Return exactly the lines of the records below, starting at the line that contains "v3 (1.037423,0,-10.23194)" and ending at the line that contains "v13 (14.537423,0,7.76806)", with both of those lines kept.

[[ Source material, beginning ]]

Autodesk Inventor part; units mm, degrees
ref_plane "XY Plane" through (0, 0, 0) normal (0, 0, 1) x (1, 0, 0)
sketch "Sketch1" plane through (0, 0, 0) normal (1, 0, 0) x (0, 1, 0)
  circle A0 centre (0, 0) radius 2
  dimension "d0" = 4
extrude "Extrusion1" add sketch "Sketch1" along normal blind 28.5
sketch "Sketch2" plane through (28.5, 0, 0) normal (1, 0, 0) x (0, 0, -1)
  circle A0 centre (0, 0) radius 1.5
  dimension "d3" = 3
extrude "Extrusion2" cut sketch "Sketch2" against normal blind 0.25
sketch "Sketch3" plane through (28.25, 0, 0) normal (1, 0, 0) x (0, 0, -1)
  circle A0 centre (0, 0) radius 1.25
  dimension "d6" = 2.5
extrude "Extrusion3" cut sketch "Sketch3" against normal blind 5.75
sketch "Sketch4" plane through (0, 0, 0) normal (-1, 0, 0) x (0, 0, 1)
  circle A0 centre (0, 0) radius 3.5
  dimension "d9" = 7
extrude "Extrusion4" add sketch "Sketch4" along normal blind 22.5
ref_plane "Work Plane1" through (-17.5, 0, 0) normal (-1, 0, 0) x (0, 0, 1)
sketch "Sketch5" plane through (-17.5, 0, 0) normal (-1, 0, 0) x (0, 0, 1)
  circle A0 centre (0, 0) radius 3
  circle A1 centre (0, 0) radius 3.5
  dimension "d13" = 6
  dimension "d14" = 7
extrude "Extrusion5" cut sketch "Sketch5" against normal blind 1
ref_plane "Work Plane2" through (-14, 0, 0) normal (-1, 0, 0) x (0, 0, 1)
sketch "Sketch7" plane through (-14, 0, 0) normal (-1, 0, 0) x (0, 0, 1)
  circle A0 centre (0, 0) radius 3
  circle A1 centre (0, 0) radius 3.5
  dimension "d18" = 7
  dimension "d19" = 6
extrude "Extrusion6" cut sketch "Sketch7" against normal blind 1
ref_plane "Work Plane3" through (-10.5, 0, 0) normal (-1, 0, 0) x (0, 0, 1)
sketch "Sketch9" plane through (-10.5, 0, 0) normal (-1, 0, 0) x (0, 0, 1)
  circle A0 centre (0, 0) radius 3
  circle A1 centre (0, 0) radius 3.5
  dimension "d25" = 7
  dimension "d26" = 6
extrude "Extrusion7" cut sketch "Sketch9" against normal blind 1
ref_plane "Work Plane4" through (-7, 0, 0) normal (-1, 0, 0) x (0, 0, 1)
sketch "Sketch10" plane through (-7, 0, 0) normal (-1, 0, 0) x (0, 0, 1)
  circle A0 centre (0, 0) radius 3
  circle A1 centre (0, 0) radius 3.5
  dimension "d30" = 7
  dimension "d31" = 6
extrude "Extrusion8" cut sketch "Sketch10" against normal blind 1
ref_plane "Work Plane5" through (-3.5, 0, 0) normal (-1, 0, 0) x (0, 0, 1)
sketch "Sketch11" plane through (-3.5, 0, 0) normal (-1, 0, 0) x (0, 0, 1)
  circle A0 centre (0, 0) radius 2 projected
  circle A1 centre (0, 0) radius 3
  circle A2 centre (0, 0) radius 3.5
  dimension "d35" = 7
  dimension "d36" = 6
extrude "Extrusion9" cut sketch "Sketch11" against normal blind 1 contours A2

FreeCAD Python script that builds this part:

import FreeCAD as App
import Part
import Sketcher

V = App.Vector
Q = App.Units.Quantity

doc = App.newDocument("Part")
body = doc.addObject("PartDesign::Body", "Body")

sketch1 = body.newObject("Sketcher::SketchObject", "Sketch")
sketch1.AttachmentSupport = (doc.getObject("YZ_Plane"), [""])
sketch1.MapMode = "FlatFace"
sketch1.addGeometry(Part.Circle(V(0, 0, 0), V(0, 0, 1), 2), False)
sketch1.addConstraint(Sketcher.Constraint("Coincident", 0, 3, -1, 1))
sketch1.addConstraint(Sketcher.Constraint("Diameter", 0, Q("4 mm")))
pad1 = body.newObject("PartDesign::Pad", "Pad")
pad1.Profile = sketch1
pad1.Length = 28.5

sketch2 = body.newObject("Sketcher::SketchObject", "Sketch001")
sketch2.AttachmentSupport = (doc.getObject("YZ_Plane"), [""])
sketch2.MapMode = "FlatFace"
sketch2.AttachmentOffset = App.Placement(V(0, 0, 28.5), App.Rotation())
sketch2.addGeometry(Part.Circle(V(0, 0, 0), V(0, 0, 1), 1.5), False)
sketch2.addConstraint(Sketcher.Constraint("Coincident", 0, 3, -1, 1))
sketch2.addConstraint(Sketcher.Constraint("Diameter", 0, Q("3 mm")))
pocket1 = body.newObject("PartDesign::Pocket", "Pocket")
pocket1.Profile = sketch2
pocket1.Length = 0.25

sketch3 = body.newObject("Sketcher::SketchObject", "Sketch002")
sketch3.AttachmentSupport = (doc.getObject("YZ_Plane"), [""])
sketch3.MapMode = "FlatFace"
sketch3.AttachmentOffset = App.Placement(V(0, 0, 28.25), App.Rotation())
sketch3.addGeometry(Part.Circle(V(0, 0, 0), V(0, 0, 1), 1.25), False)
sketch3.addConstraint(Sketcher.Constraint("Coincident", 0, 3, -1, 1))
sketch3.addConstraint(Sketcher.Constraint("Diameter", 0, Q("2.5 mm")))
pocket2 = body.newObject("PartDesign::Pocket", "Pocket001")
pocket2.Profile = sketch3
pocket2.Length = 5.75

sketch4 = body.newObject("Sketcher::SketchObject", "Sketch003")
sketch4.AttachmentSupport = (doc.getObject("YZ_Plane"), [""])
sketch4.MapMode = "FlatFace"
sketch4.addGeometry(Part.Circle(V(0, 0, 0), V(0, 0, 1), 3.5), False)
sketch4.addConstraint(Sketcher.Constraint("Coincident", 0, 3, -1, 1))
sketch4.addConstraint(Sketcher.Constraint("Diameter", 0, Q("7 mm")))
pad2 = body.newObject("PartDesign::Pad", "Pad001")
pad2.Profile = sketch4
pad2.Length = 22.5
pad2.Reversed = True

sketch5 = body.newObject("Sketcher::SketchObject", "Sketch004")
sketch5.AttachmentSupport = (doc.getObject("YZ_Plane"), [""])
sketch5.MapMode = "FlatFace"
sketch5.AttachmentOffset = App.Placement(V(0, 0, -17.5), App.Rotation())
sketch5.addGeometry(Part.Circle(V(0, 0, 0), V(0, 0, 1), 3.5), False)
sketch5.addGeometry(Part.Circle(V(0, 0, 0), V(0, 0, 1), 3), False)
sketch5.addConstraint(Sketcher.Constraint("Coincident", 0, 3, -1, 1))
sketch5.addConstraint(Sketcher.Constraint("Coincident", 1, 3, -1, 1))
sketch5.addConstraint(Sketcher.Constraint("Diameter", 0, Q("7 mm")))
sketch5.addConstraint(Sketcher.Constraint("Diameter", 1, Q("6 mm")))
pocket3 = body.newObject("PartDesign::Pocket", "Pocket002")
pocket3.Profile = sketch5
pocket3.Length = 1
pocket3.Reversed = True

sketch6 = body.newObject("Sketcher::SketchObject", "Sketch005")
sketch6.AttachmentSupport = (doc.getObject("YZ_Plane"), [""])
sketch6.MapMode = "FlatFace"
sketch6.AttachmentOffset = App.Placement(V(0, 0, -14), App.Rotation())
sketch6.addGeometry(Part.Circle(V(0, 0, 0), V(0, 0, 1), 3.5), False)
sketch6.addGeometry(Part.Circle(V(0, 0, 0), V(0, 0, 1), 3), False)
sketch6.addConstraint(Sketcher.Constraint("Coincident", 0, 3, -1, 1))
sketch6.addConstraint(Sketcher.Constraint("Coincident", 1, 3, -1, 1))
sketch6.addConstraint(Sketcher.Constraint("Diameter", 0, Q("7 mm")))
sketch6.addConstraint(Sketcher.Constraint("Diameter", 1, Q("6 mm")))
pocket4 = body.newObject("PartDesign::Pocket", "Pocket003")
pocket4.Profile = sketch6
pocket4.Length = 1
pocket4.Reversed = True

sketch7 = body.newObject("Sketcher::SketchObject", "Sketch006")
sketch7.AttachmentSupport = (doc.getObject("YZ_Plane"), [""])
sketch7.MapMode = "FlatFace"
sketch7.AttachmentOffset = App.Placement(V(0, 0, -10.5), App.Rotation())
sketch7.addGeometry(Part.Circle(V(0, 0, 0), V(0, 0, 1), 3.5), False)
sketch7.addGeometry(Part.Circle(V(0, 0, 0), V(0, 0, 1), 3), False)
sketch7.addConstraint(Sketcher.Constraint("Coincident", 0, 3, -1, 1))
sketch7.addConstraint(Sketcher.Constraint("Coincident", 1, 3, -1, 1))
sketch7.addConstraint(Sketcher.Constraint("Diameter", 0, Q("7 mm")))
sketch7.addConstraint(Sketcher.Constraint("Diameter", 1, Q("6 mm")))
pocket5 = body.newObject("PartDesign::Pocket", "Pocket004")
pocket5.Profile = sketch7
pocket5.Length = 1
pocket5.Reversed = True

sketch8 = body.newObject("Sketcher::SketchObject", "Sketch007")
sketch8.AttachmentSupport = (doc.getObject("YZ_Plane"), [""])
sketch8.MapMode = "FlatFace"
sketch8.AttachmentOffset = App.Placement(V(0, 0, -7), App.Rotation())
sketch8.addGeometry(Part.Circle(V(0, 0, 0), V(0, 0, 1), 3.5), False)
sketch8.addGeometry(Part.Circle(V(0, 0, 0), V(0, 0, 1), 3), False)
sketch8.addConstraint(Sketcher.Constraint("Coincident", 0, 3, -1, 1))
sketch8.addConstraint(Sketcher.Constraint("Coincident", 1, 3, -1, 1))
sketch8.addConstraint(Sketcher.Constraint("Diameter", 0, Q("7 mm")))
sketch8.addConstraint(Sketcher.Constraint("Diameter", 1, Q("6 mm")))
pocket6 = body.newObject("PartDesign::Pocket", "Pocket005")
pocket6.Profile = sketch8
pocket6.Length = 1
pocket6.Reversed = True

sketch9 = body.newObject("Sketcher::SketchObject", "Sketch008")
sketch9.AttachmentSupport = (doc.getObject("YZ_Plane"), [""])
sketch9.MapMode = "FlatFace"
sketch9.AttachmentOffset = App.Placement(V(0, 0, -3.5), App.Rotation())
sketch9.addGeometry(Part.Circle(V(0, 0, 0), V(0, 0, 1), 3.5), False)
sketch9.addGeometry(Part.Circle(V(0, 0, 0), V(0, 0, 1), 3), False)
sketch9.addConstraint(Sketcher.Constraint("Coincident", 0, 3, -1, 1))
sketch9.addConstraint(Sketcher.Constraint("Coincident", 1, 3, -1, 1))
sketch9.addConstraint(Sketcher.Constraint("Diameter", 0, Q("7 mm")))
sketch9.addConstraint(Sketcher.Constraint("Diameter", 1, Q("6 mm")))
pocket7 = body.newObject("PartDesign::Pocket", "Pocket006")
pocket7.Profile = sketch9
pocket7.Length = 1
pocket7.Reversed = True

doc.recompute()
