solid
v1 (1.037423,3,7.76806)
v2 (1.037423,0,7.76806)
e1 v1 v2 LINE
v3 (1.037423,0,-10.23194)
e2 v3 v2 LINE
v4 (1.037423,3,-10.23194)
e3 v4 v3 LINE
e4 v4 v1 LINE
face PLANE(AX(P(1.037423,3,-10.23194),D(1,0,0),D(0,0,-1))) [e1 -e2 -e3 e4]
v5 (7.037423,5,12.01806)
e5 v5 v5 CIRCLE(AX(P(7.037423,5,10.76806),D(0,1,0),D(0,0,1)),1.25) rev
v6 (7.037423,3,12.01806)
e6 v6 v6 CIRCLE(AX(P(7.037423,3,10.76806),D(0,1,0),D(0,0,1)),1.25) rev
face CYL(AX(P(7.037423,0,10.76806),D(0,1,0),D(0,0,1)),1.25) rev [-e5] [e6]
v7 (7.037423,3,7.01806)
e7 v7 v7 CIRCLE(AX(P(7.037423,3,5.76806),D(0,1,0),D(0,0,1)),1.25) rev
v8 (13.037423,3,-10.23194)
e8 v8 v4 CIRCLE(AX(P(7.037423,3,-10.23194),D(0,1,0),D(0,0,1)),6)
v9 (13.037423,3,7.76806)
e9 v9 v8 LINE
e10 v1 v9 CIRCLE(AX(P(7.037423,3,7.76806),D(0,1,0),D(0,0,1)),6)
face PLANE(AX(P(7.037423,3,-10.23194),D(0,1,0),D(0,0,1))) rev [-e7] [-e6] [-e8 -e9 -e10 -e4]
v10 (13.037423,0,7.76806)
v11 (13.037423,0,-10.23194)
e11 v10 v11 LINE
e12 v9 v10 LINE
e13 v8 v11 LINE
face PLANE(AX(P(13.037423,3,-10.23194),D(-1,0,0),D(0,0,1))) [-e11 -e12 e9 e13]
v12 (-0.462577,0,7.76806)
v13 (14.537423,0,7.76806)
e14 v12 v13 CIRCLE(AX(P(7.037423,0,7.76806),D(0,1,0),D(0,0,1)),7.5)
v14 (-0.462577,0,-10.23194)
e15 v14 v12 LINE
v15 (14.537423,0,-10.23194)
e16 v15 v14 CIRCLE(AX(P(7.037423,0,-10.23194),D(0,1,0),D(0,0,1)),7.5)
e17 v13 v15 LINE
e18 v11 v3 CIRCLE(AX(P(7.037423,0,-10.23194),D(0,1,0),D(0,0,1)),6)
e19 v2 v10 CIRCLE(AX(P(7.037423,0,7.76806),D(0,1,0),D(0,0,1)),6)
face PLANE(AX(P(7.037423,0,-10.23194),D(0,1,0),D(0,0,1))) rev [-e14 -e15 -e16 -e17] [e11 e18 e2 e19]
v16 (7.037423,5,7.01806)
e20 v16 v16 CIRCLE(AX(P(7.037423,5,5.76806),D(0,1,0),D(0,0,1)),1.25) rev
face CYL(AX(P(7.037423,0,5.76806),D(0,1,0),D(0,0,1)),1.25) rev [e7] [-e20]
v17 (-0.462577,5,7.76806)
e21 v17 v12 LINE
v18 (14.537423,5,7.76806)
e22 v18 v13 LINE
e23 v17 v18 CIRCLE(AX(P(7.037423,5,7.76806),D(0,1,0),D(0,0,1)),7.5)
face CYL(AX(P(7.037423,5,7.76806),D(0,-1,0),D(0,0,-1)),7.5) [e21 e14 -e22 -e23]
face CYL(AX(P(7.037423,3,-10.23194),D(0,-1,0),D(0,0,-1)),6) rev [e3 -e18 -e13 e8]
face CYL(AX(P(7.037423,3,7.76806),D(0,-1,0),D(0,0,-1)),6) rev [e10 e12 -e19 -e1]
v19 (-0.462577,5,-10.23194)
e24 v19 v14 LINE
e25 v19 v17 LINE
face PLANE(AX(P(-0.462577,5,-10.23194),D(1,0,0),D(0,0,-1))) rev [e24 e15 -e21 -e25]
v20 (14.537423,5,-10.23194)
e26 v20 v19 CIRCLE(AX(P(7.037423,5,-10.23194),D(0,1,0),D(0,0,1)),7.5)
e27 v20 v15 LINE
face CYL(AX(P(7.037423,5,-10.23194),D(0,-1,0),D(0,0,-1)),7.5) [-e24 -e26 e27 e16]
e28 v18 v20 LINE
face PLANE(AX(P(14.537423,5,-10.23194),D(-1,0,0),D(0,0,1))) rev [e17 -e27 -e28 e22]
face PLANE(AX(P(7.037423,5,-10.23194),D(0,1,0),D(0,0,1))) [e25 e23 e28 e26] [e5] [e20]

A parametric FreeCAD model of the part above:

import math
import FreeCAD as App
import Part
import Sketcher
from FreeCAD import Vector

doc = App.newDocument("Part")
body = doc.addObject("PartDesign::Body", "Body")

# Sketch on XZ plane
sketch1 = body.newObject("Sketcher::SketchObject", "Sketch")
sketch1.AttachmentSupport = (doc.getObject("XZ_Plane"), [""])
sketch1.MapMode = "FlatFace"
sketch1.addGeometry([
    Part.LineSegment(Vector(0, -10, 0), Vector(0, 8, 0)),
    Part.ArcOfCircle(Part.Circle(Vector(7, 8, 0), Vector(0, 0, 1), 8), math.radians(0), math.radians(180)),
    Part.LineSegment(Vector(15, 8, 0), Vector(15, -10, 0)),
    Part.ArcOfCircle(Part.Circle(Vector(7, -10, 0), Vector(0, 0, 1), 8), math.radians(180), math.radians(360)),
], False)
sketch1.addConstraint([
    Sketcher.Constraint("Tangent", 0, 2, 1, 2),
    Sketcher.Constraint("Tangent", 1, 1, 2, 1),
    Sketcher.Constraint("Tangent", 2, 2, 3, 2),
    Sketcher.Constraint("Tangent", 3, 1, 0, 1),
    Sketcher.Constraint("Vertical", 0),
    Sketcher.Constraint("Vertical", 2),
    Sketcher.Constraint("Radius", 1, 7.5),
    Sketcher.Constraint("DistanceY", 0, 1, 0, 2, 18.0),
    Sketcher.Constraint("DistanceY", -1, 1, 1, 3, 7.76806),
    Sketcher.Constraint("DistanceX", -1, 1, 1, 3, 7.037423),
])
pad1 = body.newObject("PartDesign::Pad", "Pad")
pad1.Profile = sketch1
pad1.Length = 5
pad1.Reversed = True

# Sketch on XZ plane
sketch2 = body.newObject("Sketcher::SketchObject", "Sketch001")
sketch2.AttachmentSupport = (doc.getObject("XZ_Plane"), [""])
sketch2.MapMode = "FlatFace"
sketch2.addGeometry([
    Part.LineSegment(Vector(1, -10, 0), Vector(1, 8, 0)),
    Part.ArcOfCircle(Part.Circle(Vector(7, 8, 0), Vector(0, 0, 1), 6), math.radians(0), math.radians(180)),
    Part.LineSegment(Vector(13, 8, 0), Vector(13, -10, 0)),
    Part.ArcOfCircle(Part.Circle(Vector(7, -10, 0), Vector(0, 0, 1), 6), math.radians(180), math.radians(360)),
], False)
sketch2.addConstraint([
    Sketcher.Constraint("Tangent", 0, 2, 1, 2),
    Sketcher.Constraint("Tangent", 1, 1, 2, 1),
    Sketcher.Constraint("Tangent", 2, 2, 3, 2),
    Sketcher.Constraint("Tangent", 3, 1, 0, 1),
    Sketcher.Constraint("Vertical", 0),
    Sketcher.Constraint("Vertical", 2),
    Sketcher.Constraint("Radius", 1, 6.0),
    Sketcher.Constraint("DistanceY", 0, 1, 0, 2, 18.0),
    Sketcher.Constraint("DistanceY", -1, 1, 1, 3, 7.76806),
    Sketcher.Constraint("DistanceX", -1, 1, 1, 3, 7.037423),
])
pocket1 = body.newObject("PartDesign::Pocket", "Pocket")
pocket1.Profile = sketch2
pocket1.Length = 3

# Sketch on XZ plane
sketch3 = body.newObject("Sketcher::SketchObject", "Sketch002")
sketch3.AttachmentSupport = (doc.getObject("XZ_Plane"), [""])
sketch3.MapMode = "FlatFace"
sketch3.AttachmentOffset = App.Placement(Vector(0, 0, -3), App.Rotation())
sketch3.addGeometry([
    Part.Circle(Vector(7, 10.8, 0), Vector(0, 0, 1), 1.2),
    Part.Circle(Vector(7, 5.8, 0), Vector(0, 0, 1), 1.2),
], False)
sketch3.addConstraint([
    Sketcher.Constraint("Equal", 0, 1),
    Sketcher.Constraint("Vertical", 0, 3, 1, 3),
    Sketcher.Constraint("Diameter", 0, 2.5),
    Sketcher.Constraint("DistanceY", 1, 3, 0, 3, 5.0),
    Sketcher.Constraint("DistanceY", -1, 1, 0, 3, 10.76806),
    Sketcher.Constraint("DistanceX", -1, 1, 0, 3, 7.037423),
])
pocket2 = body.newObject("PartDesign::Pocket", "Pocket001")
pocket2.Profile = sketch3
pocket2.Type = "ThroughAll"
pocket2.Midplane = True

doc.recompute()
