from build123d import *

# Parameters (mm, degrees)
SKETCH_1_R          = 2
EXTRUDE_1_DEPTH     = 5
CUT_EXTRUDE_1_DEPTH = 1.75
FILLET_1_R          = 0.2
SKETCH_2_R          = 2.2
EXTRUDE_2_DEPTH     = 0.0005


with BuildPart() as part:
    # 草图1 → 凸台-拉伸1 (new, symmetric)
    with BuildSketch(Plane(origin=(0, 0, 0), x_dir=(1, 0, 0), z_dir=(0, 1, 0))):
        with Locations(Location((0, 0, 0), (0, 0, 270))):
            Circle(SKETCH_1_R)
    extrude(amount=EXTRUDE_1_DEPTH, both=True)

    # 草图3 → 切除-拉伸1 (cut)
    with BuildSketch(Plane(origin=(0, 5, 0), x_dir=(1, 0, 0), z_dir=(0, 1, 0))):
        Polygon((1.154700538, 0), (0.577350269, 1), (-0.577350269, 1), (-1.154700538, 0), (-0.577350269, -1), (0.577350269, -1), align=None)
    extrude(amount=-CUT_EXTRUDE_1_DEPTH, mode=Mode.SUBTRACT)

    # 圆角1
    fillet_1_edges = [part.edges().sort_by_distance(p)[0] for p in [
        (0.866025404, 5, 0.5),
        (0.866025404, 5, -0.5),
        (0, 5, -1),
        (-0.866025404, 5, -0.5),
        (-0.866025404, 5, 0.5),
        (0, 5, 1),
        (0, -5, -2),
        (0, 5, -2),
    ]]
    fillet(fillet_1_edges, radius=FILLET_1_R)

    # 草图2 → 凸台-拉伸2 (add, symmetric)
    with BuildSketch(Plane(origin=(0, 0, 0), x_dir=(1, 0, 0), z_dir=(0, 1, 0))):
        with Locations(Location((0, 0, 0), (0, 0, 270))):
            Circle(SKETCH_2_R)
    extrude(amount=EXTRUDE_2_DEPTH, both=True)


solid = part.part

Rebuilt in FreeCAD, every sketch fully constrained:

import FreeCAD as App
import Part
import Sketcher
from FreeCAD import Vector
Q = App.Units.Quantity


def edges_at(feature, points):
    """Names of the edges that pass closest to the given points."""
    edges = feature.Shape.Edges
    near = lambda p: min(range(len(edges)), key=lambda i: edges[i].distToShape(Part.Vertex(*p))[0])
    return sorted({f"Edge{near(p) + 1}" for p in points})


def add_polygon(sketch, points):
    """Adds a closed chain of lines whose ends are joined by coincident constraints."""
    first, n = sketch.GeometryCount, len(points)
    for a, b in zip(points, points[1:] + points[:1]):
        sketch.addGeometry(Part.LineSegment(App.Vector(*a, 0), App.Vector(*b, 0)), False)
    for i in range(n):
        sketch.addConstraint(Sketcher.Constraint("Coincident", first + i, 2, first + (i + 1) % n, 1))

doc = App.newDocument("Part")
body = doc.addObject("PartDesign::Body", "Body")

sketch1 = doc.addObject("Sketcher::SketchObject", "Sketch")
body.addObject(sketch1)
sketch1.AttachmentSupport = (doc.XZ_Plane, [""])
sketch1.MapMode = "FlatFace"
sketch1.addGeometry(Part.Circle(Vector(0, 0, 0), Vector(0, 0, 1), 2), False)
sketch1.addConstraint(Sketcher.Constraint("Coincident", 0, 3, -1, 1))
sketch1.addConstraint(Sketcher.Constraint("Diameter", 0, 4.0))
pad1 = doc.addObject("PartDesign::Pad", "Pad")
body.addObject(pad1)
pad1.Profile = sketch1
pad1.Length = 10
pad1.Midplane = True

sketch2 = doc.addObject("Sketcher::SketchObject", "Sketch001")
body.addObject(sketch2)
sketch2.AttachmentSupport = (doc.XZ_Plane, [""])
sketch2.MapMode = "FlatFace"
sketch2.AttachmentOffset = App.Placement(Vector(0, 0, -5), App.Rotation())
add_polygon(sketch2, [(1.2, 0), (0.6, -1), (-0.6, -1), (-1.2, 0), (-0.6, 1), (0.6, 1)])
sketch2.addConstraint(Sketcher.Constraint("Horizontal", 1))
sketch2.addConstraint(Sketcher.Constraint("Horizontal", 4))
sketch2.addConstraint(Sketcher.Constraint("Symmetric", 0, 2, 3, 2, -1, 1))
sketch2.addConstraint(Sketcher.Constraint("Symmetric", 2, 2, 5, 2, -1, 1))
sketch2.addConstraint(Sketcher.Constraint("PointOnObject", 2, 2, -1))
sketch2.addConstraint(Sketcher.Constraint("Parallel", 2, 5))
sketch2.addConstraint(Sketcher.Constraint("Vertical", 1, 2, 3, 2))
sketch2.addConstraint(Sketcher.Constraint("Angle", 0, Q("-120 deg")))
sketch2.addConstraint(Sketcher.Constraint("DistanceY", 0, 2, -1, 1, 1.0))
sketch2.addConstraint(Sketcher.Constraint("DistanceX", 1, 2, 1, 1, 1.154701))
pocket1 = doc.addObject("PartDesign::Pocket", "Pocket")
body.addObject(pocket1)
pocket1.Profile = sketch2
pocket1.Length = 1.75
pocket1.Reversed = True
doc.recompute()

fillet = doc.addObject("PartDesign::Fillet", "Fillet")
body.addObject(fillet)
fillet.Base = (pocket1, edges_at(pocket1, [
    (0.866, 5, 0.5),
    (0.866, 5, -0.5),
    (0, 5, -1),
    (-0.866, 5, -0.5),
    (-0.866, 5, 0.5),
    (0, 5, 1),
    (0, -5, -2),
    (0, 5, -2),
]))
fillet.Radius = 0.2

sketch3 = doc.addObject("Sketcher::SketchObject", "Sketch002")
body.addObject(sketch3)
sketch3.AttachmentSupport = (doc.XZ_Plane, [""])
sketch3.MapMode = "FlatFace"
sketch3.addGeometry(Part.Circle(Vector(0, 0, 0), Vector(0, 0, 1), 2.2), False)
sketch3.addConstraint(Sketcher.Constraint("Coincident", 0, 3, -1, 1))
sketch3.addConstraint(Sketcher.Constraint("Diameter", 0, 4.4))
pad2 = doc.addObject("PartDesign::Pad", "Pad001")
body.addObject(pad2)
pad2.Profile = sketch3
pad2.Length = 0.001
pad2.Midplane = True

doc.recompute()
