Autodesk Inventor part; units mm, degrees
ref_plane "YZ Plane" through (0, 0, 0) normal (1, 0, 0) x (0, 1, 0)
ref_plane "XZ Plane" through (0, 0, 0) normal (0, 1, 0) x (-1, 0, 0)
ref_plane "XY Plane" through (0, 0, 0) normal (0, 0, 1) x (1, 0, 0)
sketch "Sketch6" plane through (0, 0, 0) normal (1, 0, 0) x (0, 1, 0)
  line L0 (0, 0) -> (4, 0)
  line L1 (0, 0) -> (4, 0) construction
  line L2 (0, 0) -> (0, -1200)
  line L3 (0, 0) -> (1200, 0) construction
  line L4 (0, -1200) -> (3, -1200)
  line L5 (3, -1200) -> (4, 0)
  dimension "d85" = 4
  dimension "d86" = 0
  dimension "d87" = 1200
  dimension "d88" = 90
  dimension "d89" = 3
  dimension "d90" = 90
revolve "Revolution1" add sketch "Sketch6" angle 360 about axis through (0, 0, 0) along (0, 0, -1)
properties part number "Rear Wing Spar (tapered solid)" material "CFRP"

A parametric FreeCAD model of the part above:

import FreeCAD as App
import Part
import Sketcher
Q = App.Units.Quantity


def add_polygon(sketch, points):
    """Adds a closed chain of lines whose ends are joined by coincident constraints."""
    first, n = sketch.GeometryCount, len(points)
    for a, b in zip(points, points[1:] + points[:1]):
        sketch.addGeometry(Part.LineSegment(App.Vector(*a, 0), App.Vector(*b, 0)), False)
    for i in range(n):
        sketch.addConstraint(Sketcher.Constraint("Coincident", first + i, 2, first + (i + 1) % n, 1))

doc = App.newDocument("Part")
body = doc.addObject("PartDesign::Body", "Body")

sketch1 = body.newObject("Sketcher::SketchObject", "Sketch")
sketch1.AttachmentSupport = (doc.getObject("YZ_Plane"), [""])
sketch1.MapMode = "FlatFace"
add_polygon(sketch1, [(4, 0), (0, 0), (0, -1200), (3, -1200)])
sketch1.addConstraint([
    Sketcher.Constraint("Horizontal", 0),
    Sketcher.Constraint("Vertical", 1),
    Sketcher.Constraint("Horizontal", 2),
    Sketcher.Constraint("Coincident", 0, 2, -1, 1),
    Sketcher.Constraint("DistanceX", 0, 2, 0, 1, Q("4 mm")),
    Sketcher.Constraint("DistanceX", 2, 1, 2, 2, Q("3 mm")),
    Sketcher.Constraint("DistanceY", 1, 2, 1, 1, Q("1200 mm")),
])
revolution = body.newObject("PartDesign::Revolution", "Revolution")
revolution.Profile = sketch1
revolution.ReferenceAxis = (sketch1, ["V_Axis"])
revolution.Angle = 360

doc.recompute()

[[ Source material, end ]]

▶ [Output]
v3 (1.037423,0,-10.23194)
e2 v3 v2 LINE
v4 (1.037423,3,-10.23194)
e3 v4 v3 LINE
e4 v4 v1 LINE
face PLANE(AX(P(1.037423,3,-10.23194),D(1,0,0),D(0,0,-1))) [e1 -e2 -e3 e4]
v5 (7.037423,5,12.01806)
e5 v5 v5 CIRCLE(AX(P(7.037423,5,10.76806),D(0,1,0),D(0,0,1)),1.25) rev
v6 (7.037423,3,12.01806)
e6 v6 v6 CIRCLE(AX(P(7.037423,3,10.76806),D(0,1,0),D(0,0,1)),1.25) rev
face CYL(AX(P(7.037423,0,10.76806),D(0,1,0),D(0,0,1)),1.25) rev [-e5] [e6]
v7 (7.037423,3,7.01806)
e7 v7 v7 CIRCLE(AX(P(7.037423,3,5.76806),D(0,1,0),D(0,0,1)),1.25) rev
v8 (13.037423,3,-10.23194)
e8 v8 v4 CIRCLE(AX(P(7.037423,3,-10.23194),D(0,1,0),D(0,0,1)),6)
v9 (13.037423,3,7.76806)
e9 v9 v8 LINE
e10 v1 v9 CIRCLE(AX(P(7.037423,3,7.76806),D(0,1,0),D(0,0,1)),6)
face PLANE(AX(P(7.037423,3,-10.23194),D(0,1,0),D(0,0,1))) rev [-e7] [-e6] [-e8 -e9 -e10 -e4]
v10 (13.037423,0,7.76806)
v11 (13.037423,0,-10.23194)
e11 v10 v11 LINE
e12 v9 v10 LINE
e13 v8 v11 LINE
face PLANE(AX(P(13.037423,3,-10.23194),D(-1,0,0),D(0,0,1))) [-e11 -e12 e9 e13]
v12 (-0.462577,0,7.76806)
v13 (14.537423,0,7.76806)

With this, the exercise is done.